# Sask, Canada - Complete unit! 2013 Kubota 110, Snow blower, Metal Pless



## lawntec (Aug 20, 2006)

2013 Kubota M110 1500hours. It has been vinyl wrapped since brand new, so the orange body beneath will be 100% unfaded. It operates exactly as it should and doesn't need anything. had 4 remotes, filled front tires. It is exactly what you would expect. It has spent 100% of its life (less the operating hours) indoors in heated shop. It also has a custom accumulator setup to allow it to ride like a Cadillac while driving on bumpy roads (it truly is a thing of beauty).

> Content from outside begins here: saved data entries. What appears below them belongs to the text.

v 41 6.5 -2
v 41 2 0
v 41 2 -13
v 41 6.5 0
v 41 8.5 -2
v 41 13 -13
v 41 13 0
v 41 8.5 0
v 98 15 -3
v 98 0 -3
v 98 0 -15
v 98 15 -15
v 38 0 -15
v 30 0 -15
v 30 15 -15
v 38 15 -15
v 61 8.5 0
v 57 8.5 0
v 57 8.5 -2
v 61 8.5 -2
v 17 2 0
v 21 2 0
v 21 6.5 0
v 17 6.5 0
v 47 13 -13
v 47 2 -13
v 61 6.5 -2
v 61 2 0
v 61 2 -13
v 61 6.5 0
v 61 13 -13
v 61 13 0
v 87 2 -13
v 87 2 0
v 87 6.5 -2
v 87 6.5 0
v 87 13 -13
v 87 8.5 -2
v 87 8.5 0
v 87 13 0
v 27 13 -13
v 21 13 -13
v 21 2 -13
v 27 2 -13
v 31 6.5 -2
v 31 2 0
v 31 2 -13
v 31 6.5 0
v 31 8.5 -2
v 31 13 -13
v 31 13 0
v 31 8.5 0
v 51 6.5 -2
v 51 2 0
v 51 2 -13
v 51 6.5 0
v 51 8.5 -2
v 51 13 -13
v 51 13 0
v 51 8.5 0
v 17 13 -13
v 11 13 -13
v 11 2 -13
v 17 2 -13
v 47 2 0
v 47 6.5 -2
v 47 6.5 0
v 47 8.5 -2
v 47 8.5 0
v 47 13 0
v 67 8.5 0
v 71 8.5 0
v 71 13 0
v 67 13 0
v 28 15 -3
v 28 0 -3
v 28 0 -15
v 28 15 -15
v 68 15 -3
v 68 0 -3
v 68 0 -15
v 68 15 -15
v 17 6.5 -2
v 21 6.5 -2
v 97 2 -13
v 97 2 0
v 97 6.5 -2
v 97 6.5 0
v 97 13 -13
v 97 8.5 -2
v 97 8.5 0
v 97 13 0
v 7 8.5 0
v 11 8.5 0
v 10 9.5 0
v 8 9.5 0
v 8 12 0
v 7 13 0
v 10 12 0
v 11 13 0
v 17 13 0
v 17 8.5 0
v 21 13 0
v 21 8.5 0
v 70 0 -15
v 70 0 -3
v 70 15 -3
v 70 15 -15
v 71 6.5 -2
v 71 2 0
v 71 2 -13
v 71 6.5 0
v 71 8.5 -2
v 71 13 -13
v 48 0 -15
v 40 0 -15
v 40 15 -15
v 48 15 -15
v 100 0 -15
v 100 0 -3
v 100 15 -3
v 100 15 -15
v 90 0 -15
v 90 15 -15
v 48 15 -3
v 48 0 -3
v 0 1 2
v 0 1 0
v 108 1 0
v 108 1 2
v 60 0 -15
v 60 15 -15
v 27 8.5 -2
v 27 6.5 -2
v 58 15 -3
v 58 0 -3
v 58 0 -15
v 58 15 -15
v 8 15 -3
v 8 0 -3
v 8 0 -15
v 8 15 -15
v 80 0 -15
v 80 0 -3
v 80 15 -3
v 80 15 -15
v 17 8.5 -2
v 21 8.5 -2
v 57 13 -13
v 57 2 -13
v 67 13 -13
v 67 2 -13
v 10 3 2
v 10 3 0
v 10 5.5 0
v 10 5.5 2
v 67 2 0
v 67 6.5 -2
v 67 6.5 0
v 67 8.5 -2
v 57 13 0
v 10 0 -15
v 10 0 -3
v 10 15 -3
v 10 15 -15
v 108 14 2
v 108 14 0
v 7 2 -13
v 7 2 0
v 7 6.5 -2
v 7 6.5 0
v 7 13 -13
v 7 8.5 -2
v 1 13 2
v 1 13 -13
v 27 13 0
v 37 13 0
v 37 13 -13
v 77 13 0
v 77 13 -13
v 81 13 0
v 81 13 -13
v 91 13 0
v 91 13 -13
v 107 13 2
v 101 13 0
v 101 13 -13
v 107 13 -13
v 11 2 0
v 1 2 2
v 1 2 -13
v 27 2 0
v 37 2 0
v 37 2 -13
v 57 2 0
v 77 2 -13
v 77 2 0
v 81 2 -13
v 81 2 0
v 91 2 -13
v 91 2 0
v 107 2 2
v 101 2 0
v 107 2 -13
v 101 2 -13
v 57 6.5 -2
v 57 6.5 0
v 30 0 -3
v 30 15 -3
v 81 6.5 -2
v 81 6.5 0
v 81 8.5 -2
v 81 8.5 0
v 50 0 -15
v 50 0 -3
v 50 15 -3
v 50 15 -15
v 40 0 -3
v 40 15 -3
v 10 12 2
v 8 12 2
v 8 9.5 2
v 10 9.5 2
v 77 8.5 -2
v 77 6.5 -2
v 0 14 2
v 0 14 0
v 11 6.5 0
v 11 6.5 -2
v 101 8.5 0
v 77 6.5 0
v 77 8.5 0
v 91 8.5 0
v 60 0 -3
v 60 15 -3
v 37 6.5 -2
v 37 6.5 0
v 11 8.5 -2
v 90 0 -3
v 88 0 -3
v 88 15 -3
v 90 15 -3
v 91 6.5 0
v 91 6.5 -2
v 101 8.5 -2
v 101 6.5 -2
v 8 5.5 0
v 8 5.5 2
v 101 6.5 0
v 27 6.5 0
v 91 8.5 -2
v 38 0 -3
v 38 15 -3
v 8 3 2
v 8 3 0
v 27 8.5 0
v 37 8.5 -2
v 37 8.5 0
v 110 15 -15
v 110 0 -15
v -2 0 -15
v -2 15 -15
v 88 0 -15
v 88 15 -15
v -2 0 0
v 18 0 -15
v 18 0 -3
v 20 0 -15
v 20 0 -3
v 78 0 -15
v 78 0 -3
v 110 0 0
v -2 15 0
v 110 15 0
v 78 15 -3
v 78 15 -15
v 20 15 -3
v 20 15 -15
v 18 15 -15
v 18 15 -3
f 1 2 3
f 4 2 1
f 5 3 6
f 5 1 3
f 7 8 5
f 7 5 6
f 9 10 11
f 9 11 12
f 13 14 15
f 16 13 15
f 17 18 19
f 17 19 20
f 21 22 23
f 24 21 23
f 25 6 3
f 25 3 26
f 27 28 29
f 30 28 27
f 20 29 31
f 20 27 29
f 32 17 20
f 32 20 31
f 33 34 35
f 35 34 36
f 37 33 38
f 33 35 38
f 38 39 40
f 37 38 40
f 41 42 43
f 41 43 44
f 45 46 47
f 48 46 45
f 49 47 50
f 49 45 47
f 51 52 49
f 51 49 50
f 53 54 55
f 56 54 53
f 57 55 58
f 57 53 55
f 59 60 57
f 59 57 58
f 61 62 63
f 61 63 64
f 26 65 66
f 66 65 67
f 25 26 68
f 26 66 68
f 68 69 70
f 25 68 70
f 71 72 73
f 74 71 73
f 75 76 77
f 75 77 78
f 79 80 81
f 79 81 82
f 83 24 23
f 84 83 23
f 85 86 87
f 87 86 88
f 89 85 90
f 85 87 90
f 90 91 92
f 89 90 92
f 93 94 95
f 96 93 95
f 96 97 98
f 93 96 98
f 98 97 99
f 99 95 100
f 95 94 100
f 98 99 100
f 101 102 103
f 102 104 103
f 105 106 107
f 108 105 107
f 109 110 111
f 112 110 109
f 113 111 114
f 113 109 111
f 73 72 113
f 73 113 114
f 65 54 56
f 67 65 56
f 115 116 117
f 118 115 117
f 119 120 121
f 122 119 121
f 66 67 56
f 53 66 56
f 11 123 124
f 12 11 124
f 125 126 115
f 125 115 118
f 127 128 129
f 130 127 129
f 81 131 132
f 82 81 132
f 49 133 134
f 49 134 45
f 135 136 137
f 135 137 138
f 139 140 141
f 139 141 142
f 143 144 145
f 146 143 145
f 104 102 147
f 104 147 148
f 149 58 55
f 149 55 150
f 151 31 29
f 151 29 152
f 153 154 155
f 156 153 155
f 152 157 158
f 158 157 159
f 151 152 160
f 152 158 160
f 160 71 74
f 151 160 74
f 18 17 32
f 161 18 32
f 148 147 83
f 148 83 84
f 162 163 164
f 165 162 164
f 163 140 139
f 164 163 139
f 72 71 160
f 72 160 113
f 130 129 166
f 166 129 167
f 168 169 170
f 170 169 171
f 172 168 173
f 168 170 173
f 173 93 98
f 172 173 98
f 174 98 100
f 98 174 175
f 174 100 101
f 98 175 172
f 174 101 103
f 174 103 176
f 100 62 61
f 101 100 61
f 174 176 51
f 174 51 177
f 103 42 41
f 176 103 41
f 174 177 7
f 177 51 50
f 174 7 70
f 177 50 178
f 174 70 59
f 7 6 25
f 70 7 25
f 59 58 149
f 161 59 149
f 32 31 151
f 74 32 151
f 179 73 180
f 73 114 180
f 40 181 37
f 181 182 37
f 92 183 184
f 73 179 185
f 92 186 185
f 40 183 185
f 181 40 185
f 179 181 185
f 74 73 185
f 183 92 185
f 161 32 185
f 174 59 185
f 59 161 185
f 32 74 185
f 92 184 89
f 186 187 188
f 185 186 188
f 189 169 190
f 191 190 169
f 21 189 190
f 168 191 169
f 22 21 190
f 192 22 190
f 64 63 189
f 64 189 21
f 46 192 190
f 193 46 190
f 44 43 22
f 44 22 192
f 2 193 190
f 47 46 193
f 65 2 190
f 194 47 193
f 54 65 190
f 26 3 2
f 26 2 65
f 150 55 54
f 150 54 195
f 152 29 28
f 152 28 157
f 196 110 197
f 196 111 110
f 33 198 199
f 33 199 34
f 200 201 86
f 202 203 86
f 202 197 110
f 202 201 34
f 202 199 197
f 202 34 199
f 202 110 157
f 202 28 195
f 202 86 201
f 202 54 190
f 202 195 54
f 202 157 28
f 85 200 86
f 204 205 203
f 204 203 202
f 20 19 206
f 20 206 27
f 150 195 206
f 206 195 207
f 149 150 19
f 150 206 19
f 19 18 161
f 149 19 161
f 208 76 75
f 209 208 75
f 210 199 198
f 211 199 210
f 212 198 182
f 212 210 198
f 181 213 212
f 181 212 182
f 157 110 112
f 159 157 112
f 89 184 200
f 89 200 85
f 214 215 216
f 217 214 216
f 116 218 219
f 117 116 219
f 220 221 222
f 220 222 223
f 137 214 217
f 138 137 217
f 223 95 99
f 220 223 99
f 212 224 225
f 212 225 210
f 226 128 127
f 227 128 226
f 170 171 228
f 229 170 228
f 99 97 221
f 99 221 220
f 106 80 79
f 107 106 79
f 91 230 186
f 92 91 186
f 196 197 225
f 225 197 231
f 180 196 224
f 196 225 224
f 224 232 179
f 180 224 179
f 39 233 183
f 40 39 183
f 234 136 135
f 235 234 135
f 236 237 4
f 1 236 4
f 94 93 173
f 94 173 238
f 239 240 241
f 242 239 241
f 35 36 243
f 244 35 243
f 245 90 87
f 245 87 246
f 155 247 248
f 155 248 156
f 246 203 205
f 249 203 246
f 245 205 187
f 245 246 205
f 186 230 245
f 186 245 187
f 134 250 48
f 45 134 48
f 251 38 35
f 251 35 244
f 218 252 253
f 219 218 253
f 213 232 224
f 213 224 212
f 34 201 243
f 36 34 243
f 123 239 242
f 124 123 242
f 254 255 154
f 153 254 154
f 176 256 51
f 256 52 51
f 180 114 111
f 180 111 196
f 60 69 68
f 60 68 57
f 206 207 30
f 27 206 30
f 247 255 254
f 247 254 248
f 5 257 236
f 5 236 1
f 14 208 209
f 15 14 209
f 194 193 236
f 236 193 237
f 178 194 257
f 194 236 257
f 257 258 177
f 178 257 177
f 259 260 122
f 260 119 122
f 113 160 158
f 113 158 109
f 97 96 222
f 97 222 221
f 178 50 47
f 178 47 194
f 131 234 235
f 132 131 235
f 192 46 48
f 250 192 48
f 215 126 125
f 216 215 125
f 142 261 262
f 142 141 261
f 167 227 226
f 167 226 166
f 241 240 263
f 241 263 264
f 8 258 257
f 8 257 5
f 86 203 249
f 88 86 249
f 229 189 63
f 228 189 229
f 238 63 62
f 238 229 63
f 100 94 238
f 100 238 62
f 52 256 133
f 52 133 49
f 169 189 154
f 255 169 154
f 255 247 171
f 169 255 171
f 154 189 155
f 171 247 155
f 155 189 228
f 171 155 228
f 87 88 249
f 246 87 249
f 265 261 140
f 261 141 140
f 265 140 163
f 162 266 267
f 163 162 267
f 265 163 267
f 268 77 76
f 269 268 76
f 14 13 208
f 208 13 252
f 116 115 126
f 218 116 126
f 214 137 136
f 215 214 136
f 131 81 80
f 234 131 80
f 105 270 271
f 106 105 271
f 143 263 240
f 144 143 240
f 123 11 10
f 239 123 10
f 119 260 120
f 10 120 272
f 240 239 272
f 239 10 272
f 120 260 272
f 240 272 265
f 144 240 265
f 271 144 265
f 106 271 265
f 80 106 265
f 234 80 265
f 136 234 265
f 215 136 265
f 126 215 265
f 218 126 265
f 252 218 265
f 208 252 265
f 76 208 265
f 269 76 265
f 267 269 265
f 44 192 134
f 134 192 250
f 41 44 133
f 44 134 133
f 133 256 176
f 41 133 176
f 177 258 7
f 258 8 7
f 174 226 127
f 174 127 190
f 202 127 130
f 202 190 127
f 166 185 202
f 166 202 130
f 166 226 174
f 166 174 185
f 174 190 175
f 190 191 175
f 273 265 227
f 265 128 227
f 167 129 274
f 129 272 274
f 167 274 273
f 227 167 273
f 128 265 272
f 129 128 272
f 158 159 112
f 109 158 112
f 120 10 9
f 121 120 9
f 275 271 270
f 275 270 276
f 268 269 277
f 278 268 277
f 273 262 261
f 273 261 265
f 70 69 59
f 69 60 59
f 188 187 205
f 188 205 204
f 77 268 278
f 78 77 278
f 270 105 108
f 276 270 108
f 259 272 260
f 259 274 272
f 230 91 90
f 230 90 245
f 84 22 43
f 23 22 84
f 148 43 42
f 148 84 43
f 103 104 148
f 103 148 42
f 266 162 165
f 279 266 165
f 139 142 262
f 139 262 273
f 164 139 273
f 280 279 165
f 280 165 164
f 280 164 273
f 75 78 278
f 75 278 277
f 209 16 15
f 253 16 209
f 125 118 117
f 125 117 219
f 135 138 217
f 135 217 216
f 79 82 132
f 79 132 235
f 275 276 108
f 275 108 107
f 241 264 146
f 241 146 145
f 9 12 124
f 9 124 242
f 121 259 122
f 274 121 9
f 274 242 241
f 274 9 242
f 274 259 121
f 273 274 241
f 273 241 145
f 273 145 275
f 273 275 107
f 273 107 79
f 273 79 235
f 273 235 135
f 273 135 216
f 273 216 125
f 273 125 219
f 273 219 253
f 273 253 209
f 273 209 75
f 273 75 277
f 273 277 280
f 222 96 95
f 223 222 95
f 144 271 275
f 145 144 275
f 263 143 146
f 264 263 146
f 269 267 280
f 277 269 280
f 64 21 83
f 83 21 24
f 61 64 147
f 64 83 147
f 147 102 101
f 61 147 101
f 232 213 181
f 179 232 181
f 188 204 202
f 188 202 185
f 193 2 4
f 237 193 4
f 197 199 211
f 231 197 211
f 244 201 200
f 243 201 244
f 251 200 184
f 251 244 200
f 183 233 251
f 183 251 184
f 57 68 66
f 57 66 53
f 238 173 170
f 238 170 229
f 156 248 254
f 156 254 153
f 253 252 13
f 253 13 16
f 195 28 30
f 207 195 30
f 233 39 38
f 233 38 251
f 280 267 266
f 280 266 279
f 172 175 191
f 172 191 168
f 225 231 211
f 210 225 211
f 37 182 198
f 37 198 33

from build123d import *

# Parameters (mm, degrees)
EXTRUDE_1_OUTLINE_W    = 15
EXTRUDE_1_OUTLINE_H    = 15
EXTRUDE_1_DEPTH        = 8
SKETCH_2_W             = 6
SKETCH_2_H             = 11
CUT_EXTRUDE_1_DEPTH    = 13
SKETCH_3_W             = 3
SKETCH_3_H             = 15
EXTRUDE_2_DEPTH        = 2
PATTERN_LINEAR_2_COUNT = 11
PATTERN_LINEAR_2_PITCH = 10
SKETCH_5_W             = 12
SKETCH_5_H             = 15
EXTRUDE_3_DEPTH        = 2
SKETCH_6_W             = 15
SKETCH_6_H             = 15
EXTRUDE_4_DEPTH        = 2
SKETCH_7_W             = 94
SKETCH_7_H             = 2
CUT_EXTRUDE_2_DEPTH    = 2
SKETCH_9_W             = 108
SKETCH_9_H             = 13
SKETCH_9_W_2           = 106
SKETCH_9_H_2           = 11
EXTRUDE_5_DEPTH        = 2
SKETCH_10_W            = 2
SKETCH_10_H            = 2.5
EXTRUDE_6_DEPTH        = 2


# Read off the part's stored shape, not the designer's step: 凸台-拉伸1
with BuildPart() as part:
    # 凸台-拉伸1 outline → 凸台-拉伸1 (new body)
    with BuildSketch(Plane.YZ):
        with Locations((7.5, -7.5)):
            Rectangle(EXTRUDE_1_OUTLINE_W, EXTRUDE_1_OUTLINE_H)
    extrude(amount=EXTRUDE_1_DEPTH)

    # 草图2 → 切除-拉伸1 (cut)
    with BuildSketch(Plane.XY):
        with Locations((4, 7.5)):
            Rectangle(SKETCH_2_W, SKETCH_2_H)
    extrude(amount=-CUT_EXTRUDE_1_DEPTH, mode=Mode.SUBTRACT)

    # 草图3 → 凸台-拉伸2 (add)
    with BuildSketch(Plane(origin=(8, 0, 0), x_dir=(0, 0, -1), z_dir=(1, 0, 0))):
        with Locations((1.5, 7.5)):
            Rectangle(SKETCH_3_W, SKETCH_3_H)
    extrude(amount=EXTRUDE_2_DEPTH)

2013 102" Schulte snowblower on the 3ph hitch, with custom PXPL back drag blade with poly edge, see videos. This operates 100% and does not need anything.

2017 Metal Pless 9-14 Live Edge plow. This plow looks perfect and works perfect.

This is a sudden change of heart for this upcoming winter season. I don not plan to run any of this equipment this year.

Compete package: $57,000USD

(plow = $13k)
(blower = $3k)
(tractor = $41k)
NOTE: The Broom is not inculded. But everything is for sale for a price lol


----------



## lawntec (Aug 20, 2006)




----------



## lawntec (Aug 20, 2006)

The tractor used to be wrapped black, but i re-wrapped it white!!! And it used to have an HLA Snowwing, but I upgraded to MP afterwards


----------



## m_ice (Aug 12, 2012)

Does it play with that 9-14? Or is it just right?


----------



## lawntec (Aug 20, 2006)

Play with it? You mean.....does it handle the 9-14? If so, I wouldn't do anything but a 9-14 on a machine like this.


----------



## m_ice (Aug 12, 2012)

lawntec said:


> Play with it? You mean.....does it handle the 9-14? If so, I wouldn't do anything but a 9-14 on a machine like this.


Yes I was just curious how it handles it. Nice machine!


----------



## snowgraves (Oct 5, 2019)

do you still have this?


----------



## lawntec (Aug 20, 2006)

sure do


----------



## snowgraves (Oct 5, 2019)

Still around?


----------